§ ABOUT THIS EXERCISE:
A full and exact copy of the listing that follows is needed.

§ RECORDS PROVIDED:
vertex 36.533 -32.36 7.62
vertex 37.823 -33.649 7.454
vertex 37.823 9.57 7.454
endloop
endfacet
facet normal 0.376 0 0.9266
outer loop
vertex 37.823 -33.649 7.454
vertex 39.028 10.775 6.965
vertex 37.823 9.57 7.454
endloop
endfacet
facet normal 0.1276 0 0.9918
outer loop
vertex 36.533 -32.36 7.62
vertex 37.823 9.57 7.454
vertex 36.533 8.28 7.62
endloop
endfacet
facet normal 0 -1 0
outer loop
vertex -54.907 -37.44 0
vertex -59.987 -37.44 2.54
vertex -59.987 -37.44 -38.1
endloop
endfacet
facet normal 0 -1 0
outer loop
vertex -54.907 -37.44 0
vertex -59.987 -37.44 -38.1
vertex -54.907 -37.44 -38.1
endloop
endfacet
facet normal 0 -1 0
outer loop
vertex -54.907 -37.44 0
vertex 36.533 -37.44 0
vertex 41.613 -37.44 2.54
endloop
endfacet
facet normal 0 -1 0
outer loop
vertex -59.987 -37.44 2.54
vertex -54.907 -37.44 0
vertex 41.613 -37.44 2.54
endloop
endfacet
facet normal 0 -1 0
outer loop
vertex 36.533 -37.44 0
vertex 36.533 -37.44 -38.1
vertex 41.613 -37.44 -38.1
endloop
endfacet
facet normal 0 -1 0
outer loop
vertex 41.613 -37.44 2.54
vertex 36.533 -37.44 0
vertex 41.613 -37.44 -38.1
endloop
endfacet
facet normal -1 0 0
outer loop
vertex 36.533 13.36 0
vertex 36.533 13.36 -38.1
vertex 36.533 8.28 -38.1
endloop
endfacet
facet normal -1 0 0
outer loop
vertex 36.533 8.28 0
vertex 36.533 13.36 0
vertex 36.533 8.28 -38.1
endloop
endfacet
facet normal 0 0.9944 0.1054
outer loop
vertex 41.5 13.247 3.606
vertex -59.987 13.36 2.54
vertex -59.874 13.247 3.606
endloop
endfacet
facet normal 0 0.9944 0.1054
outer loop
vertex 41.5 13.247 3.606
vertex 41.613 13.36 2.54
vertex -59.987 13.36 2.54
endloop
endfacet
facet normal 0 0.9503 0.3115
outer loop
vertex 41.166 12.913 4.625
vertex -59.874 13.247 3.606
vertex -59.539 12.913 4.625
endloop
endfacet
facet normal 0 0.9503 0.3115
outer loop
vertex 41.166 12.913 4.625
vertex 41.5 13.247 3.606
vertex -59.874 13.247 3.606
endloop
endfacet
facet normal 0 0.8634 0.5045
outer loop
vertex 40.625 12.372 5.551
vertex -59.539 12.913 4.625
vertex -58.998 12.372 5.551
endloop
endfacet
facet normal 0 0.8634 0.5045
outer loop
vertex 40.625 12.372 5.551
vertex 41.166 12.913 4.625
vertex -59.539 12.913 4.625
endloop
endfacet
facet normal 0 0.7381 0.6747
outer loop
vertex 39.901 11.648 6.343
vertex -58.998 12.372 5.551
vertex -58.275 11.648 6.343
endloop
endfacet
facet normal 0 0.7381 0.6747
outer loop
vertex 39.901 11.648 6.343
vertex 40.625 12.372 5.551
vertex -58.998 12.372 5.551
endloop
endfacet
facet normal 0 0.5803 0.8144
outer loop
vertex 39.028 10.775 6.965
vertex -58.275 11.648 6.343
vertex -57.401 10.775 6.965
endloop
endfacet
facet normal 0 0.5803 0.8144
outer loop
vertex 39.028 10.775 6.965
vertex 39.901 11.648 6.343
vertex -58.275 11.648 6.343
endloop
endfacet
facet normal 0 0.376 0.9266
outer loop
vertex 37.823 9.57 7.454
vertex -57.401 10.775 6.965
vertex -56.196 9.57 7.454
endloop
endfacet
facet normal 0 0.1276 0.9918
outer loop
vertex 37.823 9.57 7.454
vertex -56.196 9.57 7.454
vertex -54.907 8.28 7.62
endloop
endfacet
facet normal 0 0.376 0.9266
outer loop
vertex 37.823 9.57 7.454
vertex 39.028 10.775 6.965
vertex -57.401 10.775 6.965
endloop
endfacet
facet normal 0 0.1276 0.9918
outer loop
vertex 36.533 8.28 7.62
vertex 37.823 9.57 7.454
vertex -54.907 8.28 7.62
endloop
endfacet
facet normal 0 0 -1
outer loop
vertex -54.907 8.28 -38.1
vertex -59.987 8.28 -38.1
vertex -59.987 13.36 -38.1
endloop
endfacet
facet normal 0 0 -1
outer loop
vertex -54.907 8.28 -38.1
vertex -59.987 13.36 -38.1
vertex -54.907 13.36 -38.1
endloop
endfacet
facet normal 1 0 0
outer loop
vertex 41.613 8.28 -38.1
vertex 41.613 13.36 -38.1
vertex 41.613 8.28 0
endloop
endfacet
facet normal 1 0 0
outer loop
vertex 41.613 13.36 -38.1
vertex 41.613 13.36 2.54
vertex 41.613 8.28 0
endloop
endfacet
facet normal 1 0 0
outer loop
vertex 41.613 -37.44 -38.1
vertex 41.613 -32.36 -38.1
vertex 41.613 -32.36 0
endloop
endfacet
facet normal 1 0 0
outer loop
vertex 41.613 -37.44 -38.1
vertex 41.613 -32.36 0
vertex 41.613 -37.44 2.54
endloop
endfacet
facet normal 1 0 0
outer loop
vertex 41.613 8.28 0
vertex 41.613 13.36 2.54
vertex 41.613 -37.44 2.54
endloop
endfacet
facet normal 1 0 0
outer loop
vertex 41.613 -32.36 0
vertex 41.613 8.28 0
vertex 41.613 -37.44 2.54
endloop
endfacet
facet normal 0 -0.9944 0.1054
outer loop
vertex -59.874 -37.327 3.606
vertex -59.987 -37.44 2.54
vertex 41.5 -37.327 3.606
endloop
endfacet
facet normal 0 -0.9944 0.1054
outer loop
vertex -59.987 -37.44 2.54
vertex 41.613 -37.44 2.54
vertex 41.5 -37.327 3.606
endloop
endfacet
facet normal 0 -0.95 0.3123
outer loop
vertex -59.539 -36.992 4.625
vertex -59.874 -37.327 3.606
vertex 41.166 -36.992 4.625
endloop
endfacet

§ ANSWER BELOW:
vertex 36.533 -32.36 7.62
vertex 37.823 -33.649 7.454
vertex 37.823 9.57 7.454
endloop
endfacet
facet normal 0.376 0 0.9266
outer loop
vertex 37.823 -33.649 7.454
vertex 39.028 10.775 6.965
vertex 37.823 9.57 7.454
endloop
endfacet
facet normal 0.1276 0 0.9918
outer loop
vertex 36.533 -32.36 7.62
vertex 37.823 9.57 7.454
vertex 36.533 8.28 7.62
endloop
endfacet
facet normal 0 -1 0
outer loop
vertex -54.907 -37.44 0
vertex -59.987 -37.44 2.54
vertex -59.987 -37.44 -38.1
endloop
endfacet
facet normal 0 -1 0
outer loop
vertex -54.907 -37.44 0
vertex -59.987 -37.44 -38.1
vertex -54.907 -37.44 -38.1
endloop
endfacet
facet normal 0 -1 0
outer loop
vertex -54.907 -37.44 0
vertex 36.533 -37.44 0
vertex 41.613 -37.44 2.54
endloop
endfacet
facet normal 0 -1 0
outer loop
vertex -59.987 -37.44 2.54
vertex -54.907 -37.44 0
vertex 41.613 -37.44 2.54
endloop
endfacet
facet normal 0 -1 0
outer loop
vertex 36.533 -37.44 0
vertex 36.533 -37.44 -38.1
vertex 41.613 -37.44 -38.1
endloop
endfacet
facet normal 0 -1 0
outer loop
vertex 41.613 -37.44 2.54
vertex 36.533 -37.44 0
vertex 41.613 -37.44 -38.1
endloop
endfacet
facet normal -1 0 0
outer loop
vertex 36.533 13.36 0
vertex 36.533 13.36 -38.1
vertex 36.533 8.28 -38.1
endloop
endfacet
facet normal -1 0 0
outer loop
vertex 36.533 8.28 0
vertex 36.533 13.36 0
vertex 36.533 8.28 -38.1
endloop
endfacet
facet normal 0 0.9944 0.1054
outer loop
vertex 41.5 13.247 3.606
vertex -59.987 13.36 2.54
vertex -59.874 13.247 3.606
endloop
endfacet
facet normal 0 0.9944 0.1054
outer loop
vertex 41.5 13.247 3.606
vertex 41.613 13.36 2.54
vertex -59.987 13.36 2.54
endloop
endfacet
facet normal 0 0.9503 0.3115
outer loop
vertex 41.166 12.913 4.625
vertex -59.874 13.247 3.606
vertex -59.539 12.913 4.625
endloop
endfacet
facet normal 0 0.9503 0.3115
outer loop
vertex 41.166 12.913 4.625
vertex 41.5 13.247 3.606
vertex -59.874 13.247 3.606
endloop
endfacet
facet normal 0 0.8634 0.5045
outer loop
vertex 40.625 12.372 5.551
vertex -59.539 12.913 4.625
vertex -58.998 12.372 5.551
endloop
endfacet
facet normal 0 0.8634 0.5045
outer loop
vertex 40.625 12.372 5.551
vertex 41.166 12.913 4.625
vertex -59.539 12.913 4.625
endloop
endfacet
facet normal 0 0.7381 0.6747
outer loop
vertex 39.901 11.648 6.343
vertex -58.998 12.372 5.551
vertex -58.275 11.648 6.343
endloop
endfacet
facet normal 0 0.7381 0.6747
outer loop
vertex 39.901 11.648 6.343
vertex 40.625 12.372 5.551
vertex -58.998 12.372 5.551
endloop
endfacet
facet normal 0 0.5803 0.8144
outer loop
vertex 39.028 10.775 6.965
vertex -58.275 11.648 6.343
vertex -57.401 10.775 6.965
endloop
endfacet
facet normal 0 0.5803 0.8144
outer loop
vertex 39.028 10.775 6.965
vertex 39.901 11.648 6.343
vertex -58.275 11.648 6.343
endloop
endfacet
facet normal 0 0.376 0.9266
outer loop
vertex 37.823 9.57 7.454
vertex -57.401 10.775 6.965
vertex -56.196 9.57 7.454
endloop
endfacet
facet normal 0 0.1276 0.9918
outer loop
vertex 37.823 9.57 7.454
vertex -56.196 9.57 7.454
vertex -54.907 8.28 7.62
endloop
endfacet
facet normal 0 0.376 0.9266
outer loop
vertex 37.823 9.57 7.454
vertex 39.028 10.775 6.965
vertex -57.401 10.775 6.965
endloop
endfacet
facet normal 0 0.1276 0.9918
outer loop
vertex 36.533 8.28 7.62
vertex 37.823 9.57 7.454
vertex -54.907 8.28 7.62
endloop
endfacet
facet normal 0 0 -1
outer loop
vertex -54.907 8.28 -38.1
vertex -59.987 8.28 -38.1
vertex -59.987 13.36 -38.1
endloop
endfacet
facet normal 0 0 -1
outer loop
vertex -54.907 8.28 -38.1
vertex -59.987 13.36 -38.1
vertex -54.907 13.36 -38.1
endloop
endfacet
facet normal 1 0 0
outer loop
vertex 41.613 8.28 -38.1
vertex 41.613 13.36 -38.1
vertex 41.613 8.28 0
endloop
endfacet
facet normal 1 0 0
outer loop
vertex 41.613 13.36 -38.1
vertex 41.613 13.36 2.54
vertex 41.613 8.28 0
endloop
endfacet
facet normal 1 0 0
outer loop
vertex 41.613 -37.44 -38.1
vertex 41.613 -32.36 -38.1
vertex 41.613 -32.36 0
endloop
endfacet
facet normal 1 0 0
outer loop
vertex 41.613 -37.44 -38.1
vertex 41.613 -32.36 0
vertex 41.613 -37.44 2.54
endloop
endfacet
facet normal 1 0 0
outer loop
vertex 41.613 8.28 0
vertex 41.613 13.36 2.54
vertex 41.613 -37.44 2.54
endloop
endfacet
facet normal 1 0 0
outer loop
vertex 41.613 -32.36 0
vertex 41.613 8.28 0
vertex 41.613 -37.44 2.54
endloop
endfacet
facet normal 0 -0.9944 0.1054
outer loop
vertex -59.874 -37.327 3.606
vertex -59.987 -37.44 2.54
vertex 41.5 -37.327 3.606
endloop
endfacet
facet normal 0 -0.9944 0.1054
outer loop
vertex -59.987 -37.44 2.54
vertex 41.613 -37.44 2.54
vertex 41.5 -37.327 3.606
endloop
endfacet
facet normal 0 -0.95 0.3123
outer loop
vertex -59.539 -36.992 4.625
vertex -59.874 -37.327 3.606
vertex 41.166 -36.992 4.625
endloop
endfacet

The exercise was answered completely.